Let us study underlying assumptions though, Matloff claimed there are less students studying in the field and that that loss was going to computer science. Is it really the case that there are less students studying in the field? Are they really going to computer science? Lets try to find out.
UCLA surveys college freshmen every year and their survey is a fairly reliable measure. So much so the NSF uses it as their indicator to track enrollments. Here are some percentages between CS and Mathematics/Statistics from 1995 to 2010
So we can see the level of enrollment in Mathematics/Statistics has been fairly stable. While the gap between the majors was widest at the height of the dot com bubble, which appears to be the only time in this data enrollment went down modesty, the gap has been decreasing since and is the smallest it has been in recent years.
Admittedly data that could separate mathematics and statistics would have been better and data since 2010 would be more useful since the hype around Machine Learning and Data Science has taken its massive upswing since that time (though remember Google recommended Statistics back in 2009), but at least as far as this data is concerned Statistics does not seem to be losing anyone to anything least of all to Computer Science at the undergraduate level.

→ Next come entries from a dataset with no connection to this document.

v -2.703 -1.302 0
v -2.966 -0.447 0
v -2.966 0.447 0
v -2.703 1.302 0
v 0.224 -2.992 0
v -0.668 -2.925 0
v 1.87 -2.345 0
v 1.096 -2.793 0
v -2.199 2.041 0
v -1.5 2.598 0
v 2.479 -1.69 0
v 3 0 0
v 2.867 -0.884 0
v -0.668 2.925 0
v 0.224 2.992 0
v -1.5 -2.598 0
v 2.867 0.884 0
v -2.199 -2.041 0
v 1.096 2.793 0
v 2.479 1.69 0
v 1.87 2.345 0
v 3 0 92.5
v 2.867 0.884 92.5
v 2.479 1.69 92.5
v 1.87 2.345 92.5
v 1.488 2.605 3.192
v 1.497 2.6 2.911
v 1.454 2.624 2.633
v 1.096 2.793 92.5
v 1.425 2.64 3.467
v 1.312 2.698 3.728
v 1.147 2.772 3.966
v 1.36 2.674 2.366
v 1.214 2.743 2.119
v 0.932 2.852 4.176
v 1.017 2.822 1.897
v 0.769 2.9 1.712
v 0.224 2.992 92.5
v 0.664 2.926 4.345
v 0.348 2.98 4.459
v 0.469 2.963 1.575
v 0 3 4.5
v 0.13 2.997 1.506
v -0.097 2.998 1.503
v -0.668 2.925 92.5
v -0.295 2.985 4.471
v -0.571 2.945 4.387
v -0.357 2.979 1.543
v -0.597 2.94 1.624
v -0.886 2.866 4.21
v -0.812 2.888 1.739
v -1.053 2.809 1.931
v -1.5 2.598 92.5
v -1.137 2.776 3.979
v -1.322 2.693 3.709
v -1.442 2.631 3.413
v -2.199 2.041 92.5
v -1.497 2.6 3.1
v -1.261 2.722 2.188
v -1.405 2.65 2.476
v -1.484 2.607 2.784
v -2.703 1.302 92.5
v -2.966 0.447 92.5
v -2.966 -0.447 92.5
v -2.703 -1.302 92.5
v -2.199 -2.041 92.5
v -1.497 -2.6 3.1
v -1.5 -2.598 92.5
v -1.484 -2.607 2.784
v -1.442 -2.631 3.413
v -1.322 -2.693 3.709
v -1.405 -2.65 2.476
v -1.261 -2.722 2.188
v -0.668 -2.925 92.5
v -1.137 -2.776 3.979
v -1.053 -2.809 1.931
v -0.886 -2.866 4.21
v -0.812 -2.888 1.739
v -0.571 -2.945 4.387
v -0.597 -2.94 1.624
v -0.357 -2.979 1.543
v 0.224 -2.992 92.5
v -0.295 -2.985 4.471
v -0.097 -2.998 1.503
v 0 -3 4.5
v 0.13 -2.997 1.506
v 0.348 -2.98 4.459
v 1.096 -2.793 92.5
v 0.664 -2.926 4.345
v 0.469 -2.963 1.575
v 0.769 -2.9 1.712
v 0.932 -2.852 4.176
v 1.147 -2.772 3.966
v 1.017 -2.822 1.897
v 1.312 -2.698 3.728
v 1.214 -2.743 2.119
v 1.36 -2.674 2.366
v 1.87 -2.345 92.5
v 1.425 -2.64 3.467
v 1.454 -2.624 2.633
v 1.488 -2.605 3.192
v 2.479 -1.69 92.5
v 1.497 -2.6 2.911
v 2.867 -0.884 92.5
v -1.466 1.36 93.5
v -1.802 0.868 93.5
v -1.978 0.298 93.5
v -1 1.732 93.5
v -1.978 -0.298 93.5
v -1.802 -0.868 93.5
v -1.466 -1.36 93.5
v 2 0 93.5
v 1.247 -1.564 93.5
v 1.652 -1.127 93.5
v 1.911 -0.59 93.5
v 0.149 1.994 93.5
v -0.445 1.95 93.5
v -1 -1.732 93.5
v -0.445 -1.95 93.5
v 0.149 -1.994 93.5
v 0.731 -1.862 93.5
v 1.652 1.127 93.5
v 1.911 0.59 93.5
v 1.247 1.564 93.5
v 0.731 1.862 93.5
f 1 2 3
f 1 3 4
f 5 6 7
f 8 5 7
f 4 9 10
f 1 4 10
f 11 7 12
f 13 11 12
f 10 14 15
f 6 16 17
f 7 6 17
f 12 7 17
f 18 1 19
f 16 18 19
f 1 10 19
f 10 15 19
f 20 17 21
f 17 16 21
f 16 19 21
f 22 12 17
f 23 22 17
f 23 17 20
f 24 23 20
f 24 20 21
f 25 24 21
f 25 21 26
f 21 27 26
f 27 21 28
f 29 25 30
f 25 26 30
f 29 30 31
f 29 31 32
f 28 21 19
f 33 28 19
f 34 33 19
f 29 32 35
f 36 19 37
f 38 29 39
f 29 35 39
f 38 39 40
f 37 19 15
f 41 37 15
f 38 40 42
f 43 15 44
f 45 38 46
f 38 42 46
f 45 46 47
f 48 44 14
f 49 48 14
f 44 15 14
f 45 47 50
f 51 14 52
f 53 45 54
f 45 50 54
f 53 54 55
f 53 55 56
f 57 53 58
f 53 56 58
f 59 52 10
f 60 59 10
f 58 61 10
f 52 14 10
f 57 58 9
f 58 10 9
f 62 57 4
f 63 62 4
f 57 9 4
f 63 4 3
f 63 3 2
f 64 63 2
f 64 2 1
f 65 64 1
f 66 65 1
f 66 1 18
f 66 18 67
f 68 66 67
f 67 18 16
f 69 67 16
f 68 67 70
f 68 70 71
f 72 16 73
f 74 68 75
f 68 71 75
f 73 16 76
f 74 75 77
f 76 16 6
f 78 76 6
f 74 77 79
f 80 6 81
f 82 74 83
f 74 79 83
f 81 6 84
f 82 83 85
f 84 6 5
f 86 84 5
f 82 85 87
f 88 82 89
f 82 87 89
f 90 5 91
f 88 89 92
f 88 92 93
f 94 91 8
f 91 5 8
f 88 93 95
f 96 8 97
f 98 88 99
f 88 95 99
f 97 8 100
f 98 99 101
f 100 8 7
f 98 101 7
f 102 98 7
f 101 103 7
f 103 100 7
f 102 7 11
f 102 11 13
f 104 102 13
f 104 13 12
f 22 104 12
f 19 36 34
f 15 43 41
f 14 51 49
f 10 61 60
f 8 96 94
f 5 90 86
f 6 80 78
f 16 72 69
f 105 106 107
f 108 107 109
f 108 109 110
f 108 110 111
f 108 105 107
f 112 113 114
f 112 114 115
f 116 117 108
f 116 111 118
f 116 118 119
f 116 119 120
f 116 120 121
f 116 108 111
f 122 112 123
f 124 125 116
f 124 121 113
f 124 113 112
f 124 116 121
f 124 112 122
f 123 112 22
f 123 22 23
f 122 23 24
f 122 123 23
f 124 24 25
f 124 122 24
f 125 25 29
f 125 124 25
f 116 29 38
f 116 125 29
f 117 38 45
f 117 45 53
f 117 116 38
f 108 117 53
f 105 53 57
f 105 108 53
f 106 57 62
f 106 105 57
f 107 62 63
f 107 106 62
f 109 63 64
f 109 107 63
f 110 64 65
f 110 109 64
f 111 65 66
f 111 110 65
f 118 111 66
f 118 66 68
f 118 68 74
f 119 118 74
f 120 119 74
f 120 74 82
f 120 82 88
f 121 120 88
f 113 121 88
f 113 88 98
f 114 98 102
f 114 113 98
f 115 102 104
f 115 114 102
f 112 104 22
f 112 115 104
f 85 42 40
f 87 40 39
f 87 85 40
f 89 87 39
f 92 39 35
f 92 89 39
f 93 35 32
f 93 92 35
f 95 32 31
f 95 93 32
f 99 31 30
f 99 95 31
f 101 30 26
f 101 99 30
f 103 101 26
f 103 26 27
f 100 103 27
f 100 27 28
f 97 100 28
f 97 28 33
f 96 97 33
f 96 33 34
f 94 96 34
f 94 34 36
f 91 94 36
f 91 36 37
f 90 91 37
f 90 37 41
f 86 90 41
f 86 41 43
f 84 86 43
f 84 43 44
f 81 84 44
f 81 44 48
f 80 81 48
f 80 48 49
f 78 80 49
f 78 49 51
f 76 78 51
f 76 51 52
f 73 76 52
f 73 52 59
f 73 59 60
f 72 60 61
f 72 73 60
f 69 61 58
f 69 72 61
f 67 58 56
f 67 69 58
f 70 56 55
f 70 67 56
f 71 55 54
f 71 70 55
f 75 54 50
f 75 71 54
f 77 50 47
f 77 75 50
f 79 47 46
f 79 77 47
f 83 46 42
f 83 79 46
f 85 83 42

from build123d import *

# Parameters (mm, degrees)
ESQUISSE1_R                  = 3
BOSS_EXTRU_1_DEPTH           = 93.5
ENL_V_MAT_EXTRU_1_DEPTH      = 94.596207188
ENL_V_MAT_EXTRU_1_DEPTH_BACK = 94.596207188
ESQUISSE2_R                  = 1.5
CHANFREIN1_SIZE              = 1


with BuildPart() as part:
    # Esquisse1 → Boss.-Extru.1 (new body)
    with BuildSketch(Plane.XY):
        Circle(ESQUISSE1_R)
    extrude(amount=BOSS_EXTRU_1_DEPTH)

    # Esquisse2 → Enlèv. mat.-Extru.1 (cut, two sides: drawn at the far end of the back side and taken through both)
    with BuildSketch(Plane(origin=(0, 0, 0), x_dir=(1, 0, 0), z_dir=(0, 1, 0)).offset(-ENL_V_MAT_EXTRU_1_DEPTH_BACK)):
        with Locations(Location((0, -3, 0), (0, 0, 270))):
            Circle(ESQUISSE2_R)
    extrude(amount=ENL_V_MAT_EXTRU_1_DEPTH + ENL_V_MAT_EXTRU_1_DEPTH_BACK, mode=Mode.SUBTRACT)

    # Chanfrein1
    chanfrein1_edges = [part.edges().sort_by_distance(p)[0] for p in [
        (-3, 0, 93.5),
    ]]
    chamfer(chanfrein1_edges, length=CHANFREIN1_SIZE)


solid = part.part
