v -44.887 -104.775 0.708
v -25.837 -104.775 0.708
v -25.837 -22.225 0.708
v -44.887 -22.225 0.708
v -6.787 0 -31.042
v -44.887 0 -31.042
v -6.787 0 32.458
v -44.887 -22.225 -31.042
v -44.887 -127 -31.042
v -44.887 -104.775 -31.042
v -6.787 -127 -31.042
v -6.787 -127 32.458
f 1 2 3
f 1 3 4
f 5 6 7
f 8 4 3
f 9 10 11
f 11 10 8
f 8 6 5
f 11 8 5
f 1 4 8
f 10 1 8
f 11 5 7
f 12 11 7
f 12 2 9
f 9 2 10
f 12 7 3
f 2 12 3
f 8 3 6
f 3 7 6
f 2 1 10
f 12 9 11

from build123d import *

# Parameters (mm, degrees)
F1_DEPTH = 127
F2_DEPTH = 127
F4_DEPTH = 22.225
F5_DEPTH = 22.225


with BuildPart() as f1:
    # F0 (on Front) → F1 (new body)
    with BuildSketch(Plane.XZ):
        Polygon((-25.837215, 0.707869), (-44.887215, -31.042131), (-6.787215, -31.042131), (-6.787215, 32.457869), align=None)
    extrude(amount=F1_DEPTH)

    # F0 (on Front) → F2 (join)
    with BuildSketch(Plane.XZ):
        Polygon((-44.887215, 0), (-44.887215, -31.042131), (-25.837215, 0.707869), (-44.887215, 0.707869), align=None)
    extrude(amount=F2_DEPTH)

    # F3 (on face) → F4 (cut)
    with BuildSketch(Plane.XZ.offset(127)):
        Polygon((-44.887215, 0.707869), (-44.887215, -31.042131), (-25.837215, 0.707869), align=None)
    extrude(amount=-F4_DEPTH, mode=Mode.SUBTRACT)

    # F0 (on Front) → F5 (cut)
    with BuildSketch(Plane.XZ):
        Polygon((-44.887215, 0), (-44.887215, -31.042131), (-25.837215, 0.707869), (-44.887215, 0.707869), align=None)
    extrude(amount=F5_DEPTH, mode=Mode.SUBTRACT)


solid = f1.part
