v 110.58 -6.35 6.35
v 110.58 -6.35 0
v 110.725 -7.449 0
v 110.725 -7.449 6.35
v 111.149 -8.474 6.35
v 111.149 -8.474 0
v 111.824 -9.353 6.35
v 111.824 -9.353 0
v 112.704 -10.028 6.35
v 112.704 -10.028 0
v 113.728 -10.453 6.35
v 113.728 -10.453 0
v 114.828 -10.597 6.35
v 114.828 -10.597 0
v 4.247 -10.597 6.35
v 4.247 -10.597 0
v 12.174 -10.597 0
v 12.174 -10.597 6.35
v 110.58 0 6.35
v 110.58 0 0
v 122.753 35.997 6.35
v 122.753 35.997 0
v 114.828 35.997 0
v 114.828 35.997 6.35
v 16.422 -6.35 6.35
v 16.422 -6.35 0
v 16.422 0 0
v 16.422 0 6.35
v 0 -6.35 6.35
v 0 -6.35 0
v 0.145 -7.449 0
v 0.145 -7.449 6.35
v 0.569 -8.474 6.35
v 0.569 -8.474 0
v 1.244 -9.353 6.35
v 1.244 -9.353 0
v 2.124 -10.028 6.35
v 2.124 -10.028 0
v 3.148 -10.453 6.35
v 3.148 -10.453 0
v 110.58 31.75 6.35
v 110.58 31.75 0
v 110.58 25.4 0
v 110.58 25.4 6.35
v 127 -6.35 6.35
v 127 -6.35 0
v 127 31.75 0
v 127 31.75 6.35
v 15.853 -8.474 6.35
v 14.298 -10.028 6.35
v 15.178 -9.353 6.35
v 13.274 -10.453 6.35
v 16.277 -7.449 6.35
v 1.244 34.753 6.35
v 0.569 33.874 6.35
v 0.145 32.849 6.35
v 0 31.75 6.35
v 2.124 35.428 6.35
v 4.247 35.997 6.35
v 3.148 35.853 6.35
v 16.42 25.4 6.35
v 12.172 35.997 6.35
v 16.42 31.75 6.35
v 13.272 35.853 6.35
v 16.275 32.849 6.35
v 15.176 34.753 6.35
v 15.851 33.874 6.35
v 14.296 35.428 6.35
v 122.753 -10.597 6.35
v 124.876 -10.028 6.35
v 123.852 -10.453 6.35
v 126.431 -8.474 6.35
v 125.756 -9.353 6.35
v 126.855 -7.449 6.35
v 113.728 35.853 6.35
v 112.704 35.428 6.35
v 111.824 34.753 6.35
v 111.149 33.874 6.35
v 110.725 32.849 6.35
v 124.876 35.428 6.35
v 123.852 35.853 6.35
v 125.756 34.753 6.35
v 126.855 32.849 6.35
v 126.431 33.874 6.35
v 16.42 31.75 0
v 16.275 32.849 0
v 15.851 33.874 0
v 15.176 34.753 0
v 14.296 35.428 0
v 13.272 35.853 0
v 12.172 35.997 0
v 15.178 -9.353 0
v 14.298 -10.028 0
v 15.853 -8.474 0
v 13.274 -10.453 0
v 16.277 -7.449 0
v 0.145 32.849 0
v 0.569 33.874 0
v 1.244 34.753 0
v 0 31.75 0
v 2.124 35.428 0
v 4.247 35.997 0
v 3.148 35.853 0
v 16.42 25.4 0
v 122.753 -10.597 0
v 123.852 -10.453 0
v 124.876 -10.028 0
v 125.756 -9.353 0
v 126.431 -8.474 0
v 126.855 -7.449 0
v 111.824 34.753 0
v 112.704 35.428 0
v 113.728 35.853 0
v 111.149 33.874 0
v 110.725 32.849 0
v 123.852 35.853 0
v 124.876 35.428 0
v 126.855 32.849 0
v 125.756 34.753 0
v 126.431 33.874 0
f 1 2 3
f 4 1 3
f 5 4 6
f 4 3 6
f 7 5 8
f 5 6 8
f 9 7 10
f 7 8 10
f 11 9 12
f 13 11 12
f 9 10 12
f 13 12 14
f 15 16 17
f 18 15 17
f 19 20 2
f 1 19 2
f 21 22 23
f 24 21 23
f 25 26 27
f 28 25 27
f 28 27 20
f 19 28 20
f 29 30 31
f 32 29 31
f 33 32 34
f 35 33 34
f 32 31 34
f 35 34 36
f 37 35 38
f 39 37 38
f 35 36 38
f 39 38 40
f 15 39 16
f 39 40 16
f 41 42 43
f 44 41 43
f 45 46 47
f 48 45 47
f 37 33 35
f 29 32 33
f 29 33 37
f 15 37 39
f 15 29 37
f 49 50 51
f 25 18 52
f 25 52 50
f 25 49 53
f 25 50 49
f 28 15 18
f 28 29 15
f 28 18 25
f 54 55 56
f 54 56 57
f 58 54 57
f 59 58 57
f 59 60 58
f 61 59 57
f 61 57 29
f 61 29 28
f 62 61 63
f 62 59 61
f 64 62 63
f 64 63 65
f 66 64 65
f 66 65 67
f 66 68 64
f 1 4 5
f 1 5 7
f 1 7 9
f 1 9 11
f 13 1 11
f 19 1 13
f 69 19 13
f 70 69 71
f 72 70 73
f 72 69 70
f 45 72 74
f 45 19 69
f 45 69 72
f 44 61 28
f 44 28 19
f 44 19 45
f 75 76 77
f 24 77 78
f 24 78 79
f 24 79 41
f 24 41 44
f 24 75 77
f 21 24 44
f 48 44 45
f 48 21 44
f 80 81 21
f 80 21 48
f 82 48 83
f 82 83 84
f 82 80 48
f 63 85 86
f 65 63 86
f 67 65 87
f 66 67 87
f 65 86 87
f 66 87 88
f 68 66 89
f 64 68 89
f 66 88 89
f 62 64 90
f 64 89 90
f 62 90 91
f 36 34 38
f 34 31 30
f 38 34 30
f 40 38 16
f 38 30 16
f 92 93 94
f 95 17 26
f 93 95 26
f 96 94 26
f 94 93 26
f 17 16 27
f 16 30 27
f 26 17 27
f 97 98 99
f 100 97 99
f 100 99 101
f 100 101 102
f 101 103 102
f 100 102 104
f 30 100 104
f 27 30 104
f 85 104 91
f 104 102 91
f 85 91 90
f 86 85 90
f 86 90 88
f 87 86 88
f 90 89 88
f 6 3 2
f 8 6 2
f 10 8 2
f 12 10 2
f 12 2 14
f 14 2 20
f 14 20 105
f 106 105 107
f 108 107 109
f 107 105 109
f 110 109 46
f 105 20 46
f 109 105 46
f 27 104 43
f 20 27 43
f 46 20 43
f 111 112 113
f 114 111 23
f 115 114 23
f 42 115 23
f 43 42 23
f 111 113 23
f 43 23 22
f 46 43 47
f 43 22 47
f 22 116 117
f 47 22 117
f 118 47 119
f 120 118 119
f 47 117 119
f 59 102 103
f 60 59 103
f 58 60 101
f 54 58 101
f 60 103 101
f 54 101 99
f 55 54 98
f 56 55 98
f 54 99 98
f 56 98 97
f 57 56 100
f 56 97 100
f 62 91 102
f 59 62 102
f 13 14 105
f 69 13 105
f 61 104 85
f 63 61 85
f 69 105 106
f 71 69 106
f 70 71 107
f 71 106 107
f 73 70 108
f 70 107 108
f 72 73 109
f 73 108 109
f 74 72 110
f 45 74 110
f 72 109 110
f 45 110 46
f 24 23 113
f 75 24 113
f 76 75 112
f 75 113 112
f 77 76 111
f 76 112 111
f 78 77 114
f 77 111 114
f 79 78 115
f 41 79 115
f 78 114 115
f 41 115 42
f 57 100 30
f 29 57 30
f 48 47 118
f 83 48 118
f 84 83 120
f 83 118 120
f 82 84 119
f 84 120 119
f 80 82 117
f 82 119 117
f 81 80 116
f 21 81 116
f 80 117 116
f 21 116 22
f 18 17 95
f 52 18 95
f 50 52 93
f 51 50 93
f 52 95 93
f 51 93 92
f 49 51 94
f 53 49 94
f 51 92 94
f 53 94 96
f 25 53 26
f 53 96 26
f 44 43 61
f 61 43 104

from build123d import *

# Parameters (mm, degrees)
F1_DEPTH = 6.35


with BuildPart() as f1:
    # F0 (on Top) → F1 (new body)
    with BuildSketch(Plane.XY):
        Polygon((0, 25.4), (0, 0), (16.421834, 0), (110.580266, 0), (127, 0), (127, 25.4), (110.580266, 25.4), (16.419734, 25.4), align=None)
        with BuildLine():
            Line((16.421834, 0), (0, 0))
            Line((0, 0), (0, -6.35))
            ThreePointArc((0, -6.35), (1.244054, -9.353413), (4.247467, -10.597467))
            Line((4.247467, -10.597467), (12.174367, -10.597467))
            ThreePointArc((12.174367, -10.597467), (15.17778, -9.353413), (16.421834, -6.35))
            Line((16.421834, -6.35), (16.421834, 0))
        make_face()
        with BuildLine():
            Line((0, 31.75), (0, 25.4))
            Line((0, 25.4), (16.419734, 25.4))
            Line((16.419734, 25.4), (16.419734, 31.75))
            ThreePointArc((16.419734, 31.75), (15.17568, 34.753413), (12.172267, 35.997467))
            Line((12.172267, 35.997467), (4.247467, 35.997467))
            ThreePointArc((4.247467, 35.997467), (1.244054, 34.753413), (0, 31.75))
        make_face()
        with BuildLine():
            Line((127, 0), (110.580266, 0))
            Line((110.580266, 0), (110.580266, -6.35))
            ThreePointArc((110.580266, -6.35), (111.82432, -9.353413), (114.827733, -10.597467))
            Line((114.827733, -10.597467), (122.752533, -10.597467))
            ThreePointArc((122.752533, -10.597467), (125.755946, -9.353413), (127, -6.35))
            Line((127, -6.35), (127, 0))
        make_face()
        with BuildLine():
            Line((110.580266, 31.75), (110.580266, 25.4))
            Line((110.580266, 25.4), (127, 25.4))
            Line((127, 25.4), (127, 31.75))
            ThreePointArc((127, 31.75), (125.755946, 34.753413), (122.752533, 35.997467))
            Line((122.752533, 35.997467), (114.827733, 35.997467))
            ThreePointArc((114.827733, 35.997467), (111.82432, 34.753413), (110.580266, 31.75))
        make_face()
    extrude(amount=F1_DEPTH)


solid = f1.part
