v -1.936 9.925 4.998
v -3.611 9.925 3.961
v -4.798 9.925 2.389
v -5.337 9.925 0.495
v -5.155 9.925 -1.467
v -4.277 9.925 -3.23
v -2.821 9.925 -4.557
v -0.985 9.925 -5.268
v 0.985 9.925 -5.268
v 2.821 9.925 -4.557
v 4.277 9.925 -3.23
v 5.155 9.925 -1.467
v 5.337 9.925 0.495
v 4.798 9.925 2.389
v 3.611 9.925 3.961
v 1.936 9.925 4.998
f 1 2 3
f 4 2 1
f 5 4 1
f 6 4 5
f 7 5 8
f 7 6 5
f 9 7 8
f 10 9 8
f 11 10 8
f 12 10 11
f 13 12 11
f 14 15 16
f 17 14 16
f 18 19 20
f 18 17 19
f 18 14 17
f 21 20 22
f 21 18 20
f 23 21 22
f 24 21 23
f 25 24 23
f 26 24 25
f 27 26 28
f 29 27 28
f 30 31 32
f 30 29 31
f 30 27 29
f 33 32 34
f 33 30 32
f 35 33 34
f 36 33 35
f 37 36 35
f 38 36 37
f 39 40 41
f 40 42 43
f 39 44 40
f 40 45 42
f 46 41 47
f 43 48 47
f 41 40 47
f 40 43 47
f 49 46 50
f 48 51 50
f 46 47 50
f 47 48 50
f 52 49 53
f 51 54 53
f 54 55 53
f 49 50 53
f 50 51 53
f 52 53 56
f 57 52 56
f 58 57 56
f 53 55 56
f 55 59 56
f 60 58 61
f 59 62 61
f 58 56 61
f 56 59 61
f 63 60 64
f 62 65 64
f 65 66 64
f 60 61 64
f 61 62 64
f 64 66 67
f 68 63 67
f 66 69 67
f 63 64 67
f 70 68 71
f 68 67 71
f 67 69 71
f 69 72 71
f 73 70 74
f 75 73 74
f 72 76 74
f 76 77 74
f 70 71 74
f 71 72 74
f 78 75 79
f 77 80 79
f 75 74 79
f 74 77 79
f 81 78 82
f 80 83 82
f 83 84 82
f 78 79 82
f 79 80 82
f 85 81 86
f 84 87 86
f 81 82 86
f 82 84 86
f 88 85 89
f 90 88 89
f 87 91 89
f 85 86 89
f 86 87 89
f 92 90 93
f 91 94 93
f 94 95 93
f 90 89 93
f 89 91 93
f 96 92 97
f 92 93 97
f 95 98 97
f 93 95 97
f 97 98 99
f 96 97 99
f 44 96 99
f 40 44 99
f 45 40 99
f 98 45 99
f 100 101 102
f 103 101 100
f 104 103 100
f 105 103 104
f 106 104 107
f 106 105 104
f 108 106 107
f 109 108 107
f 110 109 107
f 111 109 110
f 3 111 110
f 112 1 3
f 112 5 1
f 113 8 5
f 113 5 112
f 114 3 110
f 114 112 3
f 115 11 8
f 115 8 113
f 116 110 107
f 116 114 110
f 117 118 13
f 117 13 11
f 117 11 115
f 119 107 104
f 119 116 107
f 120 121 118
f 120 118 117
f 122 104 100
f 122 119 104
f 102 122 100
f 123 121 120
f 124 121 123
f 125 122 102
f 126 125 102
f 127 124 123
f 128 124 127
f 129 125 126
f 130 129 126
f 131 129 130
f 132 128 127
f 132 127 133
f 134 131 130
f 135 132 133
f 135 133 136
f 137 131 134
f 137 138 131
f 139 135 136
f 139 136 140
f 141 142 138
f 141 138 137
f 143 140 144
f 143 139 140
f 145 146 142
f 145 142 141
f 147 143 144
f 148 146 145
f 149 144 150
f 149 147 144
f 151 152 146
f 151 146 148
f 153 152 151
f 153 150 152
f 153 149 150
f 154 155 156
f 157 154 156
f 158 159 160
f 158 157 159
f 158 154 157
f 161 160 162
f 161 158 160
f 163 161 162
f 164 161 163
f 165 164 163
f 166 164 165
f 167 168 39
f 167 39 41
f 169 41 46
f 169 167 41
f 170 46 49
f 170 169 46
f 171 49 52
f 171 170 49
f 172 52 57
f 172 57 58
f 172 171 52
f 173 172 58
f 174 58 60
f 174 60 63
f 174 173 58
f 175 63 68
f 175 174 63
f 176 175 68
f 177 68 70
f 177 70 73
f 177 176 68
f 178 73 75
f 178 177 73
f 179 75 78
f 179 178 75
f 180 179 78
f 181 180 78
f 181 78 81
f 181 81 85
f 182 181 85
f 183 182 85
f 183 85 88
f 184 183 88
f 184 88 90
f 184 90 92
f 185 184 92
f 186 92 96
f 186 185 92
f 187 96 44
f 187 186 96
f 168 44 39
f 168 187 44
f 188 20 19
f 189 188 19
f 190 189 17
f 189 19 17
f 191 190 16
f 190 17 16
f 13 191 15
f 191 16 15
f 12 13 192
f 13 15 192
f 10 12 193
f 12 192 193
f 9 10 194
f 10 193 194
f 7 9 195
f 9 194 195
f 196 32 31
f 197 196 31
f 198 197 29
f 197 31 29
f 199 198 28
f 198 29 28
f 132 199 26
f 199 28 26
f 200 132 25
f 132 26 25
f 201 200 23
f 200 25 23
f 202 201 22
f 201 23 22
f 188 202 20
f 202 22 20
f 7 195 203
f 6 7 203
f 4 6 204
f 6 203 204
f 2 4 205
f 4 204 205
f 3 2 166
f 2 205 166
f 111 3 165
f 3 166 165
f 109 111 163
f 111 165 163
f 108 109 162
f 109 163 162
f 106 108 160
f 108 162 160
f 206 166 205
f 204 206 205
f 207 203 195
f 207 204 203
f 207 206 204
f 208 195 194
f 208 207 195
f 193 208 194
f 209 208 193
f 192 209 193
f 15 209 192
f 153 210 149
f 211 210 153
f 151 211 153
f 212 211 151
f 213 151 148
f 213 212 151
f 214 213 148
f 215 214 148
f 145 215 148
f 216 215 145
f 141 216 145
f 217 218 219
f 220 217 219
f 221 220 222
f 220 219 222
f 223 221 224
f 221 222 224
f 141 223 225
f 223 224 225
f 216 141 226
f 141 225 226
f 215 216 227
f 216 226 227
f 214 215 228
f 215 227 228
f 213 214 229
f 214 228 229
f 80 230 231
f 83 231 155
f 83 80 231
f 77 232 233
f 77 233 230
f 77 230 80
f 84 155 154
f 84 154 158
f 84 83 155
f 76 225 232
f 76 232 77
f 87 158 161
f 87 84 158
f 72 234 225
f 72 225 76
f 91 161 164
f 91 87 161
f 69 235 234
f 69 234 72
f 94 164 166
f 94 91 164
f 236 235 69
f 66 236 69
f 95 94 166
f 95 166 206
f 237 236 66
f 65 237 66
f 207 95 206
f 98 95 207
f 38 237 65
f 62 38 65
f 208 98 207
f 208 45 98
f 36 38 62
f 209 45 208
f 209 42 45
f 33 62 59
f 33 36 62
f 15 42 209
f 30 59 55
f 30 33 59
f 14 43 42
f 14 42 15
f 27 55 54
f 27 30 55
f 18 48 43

One or two more points as an aside. There is some data that breaks down fields in more detail at the graduate level by the NSF, but at the time of this writing I could only find 2012. However since Matloff’s comments were pointed at AP Stats understanding the dynamics at the undergraduate level seems more relevant since it would be immediately reflected at the level following high school. In this single years data there are many more in CS than Statistics. An anecdote I would like to call out from my own experiences though is that my masters cohort was the largest at my school at the time, and every subsequent cohort has been even larger still. So does a gap between CS and Statistics matter if both or at least the Statistics side show growth?